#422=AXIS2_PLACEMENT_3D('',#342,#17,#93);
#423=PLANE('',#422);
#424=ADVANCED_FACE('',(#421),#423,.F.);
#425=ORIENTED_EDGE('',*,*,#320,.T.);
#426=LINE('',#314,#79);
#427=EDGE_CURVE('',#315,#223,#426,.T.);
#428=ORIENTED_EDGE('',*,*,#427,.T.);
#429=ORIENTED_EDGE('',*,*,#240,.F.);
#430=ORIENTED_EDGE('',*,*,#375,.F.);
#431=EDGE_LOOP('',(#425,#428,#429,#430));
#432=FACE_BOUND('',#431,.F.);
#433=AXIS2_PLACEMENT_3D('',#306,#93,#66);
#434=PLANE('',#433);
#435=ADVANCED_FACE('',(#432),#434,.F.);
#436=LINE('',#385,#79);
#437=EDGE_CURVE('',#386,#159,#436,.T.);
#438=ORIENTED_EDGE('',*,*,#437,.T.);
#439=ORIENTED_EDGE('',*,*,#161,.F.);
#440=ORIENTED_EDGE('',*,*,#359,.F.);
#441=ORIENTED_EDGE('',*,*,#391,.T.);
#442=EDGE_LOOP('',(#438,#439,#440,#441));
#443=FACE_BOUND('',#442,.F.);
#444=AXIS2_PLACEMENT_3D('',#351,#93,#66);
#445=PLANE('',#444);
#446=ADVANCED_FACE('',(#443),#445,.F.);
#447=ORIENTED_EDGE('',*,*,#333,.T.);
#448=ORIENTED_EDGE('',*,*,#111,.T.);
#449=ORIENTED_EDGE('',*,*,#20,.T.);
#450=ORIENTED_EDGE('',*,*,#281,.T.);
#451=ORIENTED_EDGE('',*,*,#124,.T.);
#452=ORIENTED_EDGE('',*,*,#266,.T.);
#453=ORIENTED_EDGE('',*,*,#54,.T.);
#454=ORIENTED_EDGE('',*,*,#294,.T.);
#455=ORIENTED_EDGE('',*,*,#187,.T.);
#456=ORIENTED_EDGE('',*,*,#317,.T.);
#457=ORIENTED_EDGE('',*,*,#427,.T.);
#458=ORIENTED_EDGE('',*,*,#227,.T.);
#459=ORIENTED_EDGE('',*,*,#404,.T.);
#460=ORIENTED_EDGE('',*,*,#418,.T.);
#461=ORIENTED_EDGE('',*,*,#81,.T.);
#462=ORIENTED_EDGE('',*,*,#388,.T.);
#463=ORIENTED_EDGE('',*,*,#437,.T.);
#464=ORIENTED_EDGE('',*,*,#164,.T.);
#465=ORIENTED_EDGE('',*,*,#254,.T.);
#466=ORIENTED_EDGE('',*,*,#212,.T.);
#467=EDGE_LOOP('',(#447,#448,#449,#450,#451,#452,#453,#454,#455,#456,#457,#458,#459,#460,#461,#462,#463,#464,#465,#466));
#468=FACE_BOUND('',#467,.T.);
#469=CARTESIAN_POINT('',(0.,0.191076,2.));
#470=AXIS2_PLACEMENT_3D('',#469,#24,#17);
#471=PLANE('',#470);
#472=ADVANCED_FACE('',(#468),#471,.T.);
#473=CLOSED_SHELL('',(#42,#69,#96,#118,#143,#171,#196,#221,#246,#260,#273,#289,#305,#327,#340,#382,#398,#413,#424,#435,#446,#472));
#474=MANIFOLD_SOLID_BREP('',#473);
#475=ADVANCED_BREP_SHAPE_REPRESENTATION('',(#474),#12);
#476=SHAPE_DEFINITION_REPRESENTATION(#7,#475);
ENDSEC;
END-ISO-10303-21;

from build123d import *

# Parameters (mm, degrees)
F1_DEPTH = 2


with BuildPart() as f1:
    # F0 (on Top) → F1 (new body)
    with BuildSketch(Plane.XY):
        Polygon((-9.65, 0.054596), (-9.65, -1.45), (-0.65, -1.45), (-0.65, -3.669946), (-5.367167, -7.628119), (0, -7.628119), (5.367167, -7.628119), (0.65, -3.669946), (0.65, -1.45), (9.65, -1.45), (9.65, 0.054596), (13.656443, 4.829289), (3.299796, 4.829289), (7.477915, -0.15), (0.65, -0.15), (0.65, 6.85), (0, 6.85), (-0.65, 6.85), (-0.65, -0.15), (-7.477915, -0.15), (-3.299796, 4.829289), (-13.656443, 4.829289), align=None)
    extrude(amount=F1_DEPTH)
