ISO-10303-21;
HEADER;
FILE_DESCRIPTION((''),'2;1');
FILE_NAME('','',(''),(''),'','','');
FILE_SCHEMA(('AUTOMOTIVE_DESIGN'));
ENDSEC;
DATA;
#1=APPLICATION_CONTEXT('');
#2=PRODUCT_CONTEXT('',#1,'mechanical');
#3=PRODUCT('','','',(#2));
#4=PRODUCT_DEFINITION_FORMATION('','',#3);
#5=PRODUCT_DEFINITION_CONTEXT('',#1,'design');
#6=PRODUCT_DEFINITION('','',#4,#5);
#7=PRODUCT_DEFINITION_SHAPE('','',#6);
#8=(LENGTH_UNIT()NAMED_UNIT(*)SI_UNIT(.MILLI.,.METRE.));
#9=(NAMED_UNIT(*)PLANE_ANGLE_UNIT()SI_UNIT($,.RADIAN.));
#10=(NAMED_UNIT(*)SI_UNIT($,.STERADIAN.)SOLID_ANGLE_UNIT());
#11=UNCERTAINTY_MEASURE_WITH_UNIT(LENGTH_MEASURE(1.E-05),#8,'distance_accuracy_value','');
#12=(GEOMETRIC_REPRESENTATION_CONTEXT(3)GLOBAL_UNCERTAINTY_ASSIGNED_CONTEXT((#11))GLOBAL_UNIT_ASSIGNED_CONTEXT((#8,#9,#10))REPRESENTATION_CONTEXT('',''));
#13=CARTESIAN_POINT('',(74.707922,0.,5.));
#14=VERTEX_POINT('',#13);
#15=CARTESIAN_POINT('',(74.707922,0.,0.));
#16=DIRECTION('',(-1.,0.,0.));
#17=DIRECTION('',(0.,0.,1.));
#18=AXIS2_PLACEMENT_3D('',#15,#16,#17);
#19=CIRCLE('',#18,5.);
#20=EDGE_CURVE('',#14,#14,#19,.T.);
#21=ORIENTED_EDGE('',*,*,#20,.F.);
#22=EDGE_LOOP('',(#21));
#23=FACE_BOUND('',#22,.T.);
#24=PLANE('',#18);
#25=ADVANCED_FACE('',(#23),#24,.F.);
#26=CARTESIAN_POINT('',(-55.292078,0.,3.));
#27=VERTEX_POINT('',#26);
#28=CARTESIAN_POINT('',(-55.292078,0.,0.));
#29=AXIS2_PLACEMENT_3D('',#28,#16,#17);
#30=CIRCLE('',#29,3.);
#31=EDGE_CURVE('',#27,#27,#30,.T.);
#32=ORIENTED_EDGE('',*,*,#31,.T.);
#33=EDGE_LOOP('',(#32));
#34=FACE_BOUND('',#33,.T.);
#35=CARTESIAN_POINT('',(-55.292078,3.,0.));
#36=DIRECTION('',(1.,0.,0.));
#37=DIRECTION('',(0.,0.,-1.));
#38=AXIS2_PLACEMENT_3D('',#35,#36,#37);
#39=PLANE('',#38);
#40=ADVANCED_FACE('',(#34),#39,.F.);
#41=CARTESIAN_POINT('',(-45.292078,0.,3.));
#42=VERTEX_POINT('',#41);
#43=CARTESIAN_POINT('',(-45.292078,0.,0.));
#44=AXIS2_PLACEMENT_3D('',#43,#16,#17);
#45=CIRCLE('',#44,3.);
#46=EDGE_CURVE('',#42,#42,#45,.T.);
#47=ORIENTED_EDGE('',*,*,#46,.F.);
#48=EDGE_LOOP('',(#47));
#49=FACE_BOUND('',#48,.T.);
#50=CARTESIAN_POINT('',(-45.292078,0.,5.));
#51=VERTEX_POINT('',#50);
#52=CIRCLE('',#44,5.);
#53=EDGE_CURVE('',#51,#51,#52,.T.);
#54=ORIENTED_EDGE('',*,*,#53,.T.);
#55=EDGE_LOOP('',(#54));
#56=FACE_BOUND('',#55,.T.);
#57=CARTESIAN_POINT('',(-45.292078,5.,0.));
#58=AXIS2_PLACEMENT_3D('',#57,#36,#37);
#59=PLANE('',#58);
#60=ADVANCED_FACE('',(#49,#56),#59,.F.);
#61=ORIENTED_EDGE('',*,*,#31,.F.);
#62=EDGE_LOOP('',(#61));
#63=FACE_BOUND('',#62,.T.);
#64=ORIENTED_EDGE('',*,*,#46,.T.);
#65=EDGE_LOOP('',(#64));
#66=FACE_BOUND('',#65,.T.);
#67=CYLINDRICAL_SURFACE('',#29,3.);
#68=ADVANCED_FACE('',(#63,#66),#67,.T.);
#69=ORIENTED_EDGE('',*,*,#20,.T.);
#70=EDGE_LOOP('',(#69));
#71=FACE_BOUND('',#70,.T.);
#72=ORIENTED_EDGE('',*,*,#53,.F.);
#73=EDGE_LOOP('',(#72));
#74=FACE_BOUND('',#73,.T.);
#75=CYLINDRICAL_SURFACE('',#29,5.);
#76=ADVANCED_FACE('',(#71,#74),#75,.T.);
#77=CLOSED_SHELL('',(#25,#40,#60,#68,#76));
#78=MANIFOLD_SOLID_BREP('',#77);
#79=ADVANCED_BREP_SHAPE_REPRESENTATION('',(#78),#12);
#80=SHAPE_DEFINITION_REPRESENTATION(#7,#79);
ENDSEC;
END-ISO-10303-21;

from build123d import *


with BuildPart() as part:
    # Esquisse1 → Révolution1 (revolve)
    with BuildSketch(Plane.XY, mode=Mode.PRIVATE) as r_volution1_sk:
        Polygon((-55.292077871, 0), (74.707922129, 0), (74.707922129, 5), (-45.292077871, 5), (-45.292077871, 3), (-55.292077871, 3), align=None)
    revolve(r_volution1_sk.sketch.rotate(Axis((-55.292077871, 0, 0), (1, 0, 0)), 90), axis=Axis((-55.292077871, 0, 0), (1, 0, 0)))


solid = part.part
* * *
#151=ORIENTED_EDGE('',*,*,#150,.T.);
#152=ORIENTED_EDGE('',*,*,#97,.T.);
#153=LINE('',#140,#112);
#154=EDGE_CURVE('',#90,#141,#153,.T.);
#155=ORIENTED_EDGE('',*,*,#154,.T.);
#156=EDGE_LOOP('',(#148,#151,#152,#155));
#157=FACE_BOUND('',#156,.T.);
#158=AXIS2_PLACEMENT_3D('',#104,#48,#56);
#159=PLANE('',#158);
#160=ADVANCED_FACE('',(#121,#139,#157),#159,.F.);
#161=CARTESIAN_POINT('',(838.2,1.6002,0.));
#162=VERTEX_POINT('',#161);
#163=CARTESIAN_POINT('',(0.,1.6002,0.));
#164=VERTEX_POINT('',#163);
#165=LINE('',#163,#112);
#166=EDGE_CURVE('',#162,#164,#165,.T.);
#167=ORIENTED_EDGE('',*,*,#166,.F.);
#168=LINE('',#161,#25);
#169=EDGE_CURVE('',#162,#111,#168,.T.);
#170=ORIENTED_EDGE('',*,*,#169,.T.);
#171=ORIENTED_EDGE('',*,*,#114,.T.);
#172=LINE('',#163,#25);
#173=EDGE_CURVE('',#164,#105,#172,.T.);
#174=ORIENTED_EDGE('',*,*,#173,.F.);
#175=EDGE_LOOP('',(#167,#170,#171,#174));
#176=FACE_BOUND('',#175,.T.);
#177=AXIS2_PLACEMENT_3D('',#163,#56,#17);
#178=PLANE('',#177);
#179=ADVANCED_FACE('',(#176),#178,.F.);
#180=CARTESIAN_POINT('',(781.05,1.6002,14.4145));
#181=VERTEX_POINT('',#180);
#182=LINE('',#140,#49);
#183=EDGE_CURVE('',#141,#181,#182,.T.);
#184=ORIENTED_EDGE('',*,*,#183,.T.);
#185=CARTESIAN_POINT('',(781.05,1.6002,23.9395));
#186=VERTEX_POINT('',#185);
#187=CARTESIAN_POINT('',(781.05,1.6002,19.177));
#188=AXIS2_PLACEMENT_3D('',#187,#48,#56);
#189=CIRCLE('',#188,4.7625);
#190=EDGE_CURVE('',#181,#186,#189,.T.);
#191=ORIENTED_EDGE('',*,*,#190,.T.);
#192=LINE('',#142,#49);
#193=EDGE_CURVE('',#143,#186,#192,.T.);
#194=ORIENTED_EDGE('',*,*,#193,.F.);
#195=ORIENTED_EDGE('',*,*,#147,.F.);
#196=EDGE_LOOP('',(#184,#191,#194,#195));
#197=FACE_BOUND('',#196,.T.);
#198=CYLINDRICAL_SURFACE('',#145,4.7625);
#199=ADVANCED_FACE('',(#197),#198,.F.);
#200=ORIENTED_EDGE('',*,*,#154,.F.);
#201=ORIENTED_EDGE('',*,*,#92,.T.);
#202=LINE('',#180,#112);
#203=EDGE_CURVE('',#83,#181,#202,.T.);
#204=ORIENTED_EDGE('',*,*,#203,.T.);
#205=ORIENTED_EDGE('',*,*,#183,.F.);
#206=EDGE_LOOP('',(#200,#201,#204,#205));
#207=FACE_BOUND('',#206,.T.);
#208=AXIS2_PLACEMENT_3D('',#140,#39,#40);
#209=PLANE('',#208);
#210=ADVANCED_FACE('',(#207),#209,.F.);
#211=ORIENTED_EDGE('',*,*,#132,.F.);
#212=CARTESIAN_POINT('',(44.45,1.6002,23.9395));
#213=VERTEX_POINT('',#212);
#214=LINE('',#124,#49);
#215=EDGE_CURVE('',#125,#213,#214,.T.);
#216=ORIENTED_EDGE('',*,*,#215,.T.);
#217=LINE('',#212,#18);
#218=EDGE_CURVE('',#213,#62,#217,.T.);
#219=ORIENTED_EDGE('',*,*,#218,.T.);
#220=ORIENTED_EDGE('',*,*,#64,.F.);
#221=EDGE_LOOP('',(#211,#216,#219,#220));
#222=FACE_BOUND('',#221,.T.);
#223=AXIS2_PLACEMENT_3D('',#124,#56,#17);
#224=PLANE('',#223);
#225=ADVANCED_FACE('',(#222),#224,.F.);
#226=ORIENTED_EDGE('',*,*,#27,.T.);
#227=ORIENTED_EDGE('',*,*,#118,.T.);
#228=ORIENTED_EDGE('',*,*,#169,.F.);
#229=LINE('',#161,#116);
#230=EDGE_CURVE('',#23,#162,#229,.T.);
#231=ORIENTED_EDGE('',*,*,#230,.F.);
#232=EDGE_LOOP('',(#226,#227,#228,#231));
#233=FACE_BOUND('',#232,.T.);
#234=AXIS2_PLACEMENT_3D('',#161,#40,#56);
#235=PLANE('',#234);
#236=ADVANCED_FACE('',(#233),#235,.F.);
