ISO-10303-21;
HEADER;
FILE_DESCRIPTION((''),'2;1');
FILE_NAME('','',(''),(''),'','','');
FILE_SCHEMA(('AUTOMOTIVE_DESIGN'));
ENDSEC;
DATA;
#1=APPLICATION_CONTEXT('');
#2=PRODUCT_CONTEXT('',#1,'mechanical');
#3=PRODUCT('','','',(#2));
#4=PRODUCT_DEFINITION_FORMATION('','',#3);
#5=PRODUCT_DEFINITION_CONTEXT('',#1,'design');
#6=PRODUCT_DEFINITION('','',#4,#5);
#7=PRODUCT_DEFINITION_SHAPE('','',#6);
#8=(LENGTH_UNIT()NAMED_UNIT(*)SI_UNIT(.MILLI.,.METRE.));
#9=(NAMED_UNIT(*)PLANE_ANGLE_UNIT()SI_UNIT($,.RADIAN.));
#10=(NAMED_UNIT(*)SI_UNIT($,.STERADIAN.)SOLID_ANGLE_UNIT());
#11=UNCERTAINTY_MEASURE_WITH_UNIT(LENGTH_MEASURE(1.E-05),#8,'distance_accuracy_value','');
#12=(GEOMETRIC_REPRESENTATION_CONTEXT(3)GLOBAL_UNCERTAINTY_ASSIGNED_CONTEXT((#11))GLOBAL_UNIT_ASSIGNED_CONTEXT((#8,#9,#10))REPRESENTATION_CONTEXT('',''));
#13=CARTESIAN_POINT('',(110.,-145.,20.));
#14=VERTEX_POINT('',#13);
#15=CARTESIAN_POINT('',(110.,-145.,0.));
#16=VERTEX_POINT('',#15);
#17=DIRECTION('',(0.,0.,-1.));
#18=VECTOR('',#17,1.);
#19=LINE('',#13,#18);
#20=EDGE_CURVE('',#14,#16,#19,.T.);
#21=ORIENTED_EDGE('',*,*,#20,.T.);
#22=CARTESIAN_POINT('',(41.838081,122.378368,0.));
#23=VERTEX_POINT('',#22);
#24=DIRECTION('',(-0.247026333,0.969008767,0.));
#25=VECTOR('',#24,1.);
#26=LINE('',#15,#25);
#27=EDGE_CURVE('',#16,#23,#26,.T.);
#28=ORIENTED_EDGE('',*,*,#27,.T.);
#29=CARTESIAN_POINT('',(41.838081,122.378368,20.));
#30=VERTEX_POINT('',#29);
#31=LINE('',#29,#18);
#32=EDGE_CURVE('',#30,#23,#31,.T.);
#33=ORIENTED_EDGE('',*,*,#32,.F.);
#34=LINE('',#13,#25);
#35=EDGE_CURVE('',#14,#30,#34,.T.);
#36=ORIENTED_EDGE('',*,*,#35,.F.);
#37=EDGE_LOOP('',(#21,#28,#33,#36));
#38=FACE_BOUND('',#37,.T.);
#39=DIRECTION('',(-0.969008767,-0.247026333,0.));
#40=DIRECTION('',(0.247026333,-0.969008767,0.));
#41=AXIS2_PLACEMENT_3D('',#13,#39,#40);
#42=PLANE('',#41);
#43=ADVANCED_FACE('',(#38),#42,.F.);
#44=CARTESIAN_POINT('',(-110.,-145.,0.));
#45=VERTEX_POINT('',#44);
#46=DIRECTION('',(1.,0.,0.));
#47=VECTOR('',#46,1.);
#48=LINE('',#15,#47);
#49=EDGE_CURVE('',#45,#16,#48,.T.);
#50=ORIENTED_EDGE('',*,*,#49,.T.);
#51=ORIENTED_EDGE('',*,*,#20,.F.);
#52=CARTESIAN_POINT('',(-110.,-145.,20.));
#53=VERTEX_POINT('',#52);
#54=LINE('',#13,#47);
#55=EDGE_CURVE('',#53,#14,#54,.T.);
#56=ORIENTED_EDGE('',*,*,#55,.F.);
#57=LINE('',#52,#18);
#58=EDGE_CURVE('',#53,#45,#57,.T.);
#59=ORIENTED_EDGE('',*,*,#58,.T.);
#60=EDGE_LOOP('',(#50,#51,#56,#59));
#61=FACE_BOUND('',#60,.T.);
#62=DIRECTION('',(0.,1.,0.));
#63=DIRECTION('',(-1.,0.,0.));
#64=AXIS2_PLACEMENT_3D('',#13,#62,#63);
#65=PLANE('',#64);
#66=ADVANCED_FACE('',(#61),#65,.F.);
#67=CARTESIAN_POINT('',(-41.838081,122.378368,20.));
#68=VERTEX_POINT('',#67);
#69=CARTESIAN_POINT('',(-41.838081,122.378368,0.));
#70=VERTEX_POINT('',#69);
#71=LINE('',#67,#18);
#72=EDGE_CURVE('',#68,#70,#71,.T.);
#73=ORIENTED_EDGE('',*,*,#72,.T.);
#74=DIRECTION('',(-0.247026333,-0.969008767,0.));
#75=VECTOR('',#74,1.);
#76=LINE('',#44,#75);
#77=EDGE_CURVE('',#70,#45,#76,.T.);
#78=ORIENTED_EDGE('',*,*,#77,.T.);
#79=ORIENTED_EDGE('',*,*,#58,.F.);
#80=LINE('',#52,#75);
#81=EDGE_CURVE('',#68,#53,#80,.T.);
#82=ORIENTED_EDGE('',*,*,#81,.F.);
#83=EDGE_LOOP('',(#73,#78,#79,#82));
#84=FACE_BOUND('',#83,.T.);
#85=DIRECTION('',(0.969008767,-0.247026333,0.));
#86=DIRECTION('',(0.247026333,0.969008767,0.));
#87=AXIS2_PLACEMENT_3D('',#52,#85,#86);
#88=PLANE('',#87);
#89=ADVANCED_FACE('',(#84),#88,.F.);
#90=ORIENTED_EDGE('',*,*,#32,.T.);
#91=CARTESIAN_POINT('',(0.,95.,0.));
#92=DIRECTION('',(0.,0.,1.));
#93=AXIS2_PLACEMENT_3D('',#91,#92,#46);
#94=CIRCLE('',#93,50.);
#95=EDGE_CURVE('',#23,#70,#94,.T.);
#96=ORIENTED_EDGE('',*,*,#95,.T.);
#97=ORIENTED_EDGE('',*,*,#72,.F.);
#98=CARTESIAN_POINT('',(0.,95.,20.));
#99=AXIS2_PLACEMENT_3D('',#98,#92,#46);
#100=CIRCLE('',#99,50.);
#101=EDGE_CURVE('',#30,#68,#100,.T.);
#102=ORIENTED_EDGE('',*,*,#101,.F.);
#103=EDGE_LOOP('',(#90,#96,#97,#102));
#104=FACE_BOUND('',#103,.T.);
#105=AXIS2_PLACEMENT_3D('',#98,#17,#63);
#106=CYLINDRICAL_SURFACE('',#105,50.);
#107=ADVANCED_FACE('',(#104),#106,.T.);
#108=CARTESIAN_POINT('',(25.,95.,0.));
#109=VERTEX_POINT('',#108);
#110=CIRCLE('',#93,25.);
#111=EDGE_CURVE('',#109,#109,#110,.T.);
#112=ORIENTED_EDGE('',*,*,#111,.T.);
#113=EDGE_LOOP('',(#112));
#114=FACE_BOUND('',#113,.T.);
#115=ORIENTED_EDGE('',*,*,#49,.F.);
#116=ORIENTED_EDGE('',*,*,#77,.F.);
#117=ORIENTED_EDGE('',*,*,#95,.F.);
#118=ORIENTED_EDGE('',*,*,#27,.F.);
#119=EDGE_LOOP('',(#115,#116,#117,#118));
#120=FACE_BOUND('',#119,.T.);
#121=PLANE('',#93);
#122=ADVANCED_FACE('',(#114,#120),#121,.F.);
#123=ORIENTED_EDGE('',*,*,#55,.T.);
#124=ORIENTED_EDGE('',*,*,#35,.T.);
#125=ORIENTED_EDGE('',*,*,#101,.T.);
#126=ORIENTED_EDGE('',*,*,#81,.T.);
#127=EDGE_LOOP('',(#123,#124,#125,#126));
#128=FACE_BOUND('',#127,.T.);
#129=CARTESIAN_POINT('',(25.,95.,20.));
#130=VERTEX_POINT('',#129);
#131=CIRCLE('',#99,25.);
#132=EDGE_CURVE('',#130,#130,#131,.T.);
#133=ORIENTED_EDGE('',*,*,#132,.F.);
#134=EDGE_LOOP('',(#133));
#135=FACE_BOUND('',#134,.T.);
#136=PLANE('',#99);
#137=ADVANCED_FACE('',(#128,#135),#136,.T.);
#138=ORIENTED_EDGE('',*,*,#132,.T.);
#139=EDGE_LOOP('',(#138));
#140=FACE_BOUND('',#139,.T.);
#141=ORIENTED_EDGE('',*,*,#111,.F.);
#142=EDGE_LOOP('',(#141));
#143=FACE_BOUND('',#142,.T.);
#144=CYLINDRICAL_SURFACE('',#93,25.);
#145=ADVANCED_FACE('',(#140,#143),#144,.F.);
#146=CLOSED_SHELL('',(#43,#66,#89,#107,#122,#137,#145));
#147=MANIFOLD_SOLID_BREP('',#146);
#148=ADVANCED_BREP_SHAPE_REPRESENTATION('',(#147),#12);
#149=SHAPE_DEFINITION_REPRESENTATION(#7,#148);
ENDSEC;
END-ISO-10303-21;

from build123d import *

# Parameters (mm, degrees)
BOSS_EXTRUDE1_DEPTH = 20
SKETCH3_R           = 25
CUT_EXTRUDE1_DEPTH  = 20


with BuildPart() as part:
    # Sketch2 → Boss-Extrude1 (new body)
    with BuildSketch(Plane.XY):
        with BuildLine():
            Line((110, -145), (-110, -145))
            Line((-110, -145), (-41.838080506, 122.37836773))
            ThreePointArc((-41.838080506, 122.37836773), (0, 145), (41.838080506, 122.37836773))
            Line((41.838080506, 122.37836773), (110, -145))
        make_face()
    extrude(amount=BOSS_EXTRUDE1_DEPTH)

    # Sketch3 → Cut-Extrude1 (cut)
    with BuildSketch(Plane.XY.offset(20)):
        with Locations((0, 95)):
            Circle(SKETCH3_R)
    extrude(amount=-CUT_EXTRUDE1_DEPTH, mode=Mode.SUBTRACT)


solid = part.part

● Instructions for the task
Starting at the line with "#49=EDGE_CURVE('',#45,#16,#48,.T.);" and ending at the line with "#71=LINE('',#67,#18);", print each line of the listing above exactly, with no other lines.

● Expected output
#49=EDGE_CURVE('',#45,#16,#48,.T.);
#50=ORIENTED_EDGE('',*,*,#49,.T.);
#51=ORIENTED_EDGE('',*,*,#20,.F.);
#52=CARTESIAN_POINT('',(-110.,-145.,20.));
#53=VERTEX_POINT('',#52);
#54=LINE('',#13,#47);
#55=EDGE_CURVE('',#53,#14,#54,.T.);
#56=ORIENTED_EDGE('',*,*,#55,.F.);
#57=LINE('',#52,#18);
#58=EDGE_CURVE('',#53,#45,#57,.T.);
#59=ORIENTED_EDGE('',*,*,#58,.T.);
#60=EDGE_LOOP('',(#50,#51,#56,#59));
#61=FACE_BOUND('',#60,.T.);
#62=DIRECTION('',(0.,1.,0.));
#63=DIRECTION('',(-1.,0.,0.));
#64=AXIS2_PLACEMENT_3D('',#13,#62,#63);
#65=PLANE('',#64);
#66=ADVANCED_FACE('',(#61),#65,.F.);
#67=CARTESIAN_POINT('',(-41.838081,122.378368,20.));
#68=VERTEX_POINT('',#67);
#69=CARTESIAN_POINT('',(-41.838081,122.378368,0.));
#70=VERTEX_POINT('',#69);
#71=LINE('',#67,#18);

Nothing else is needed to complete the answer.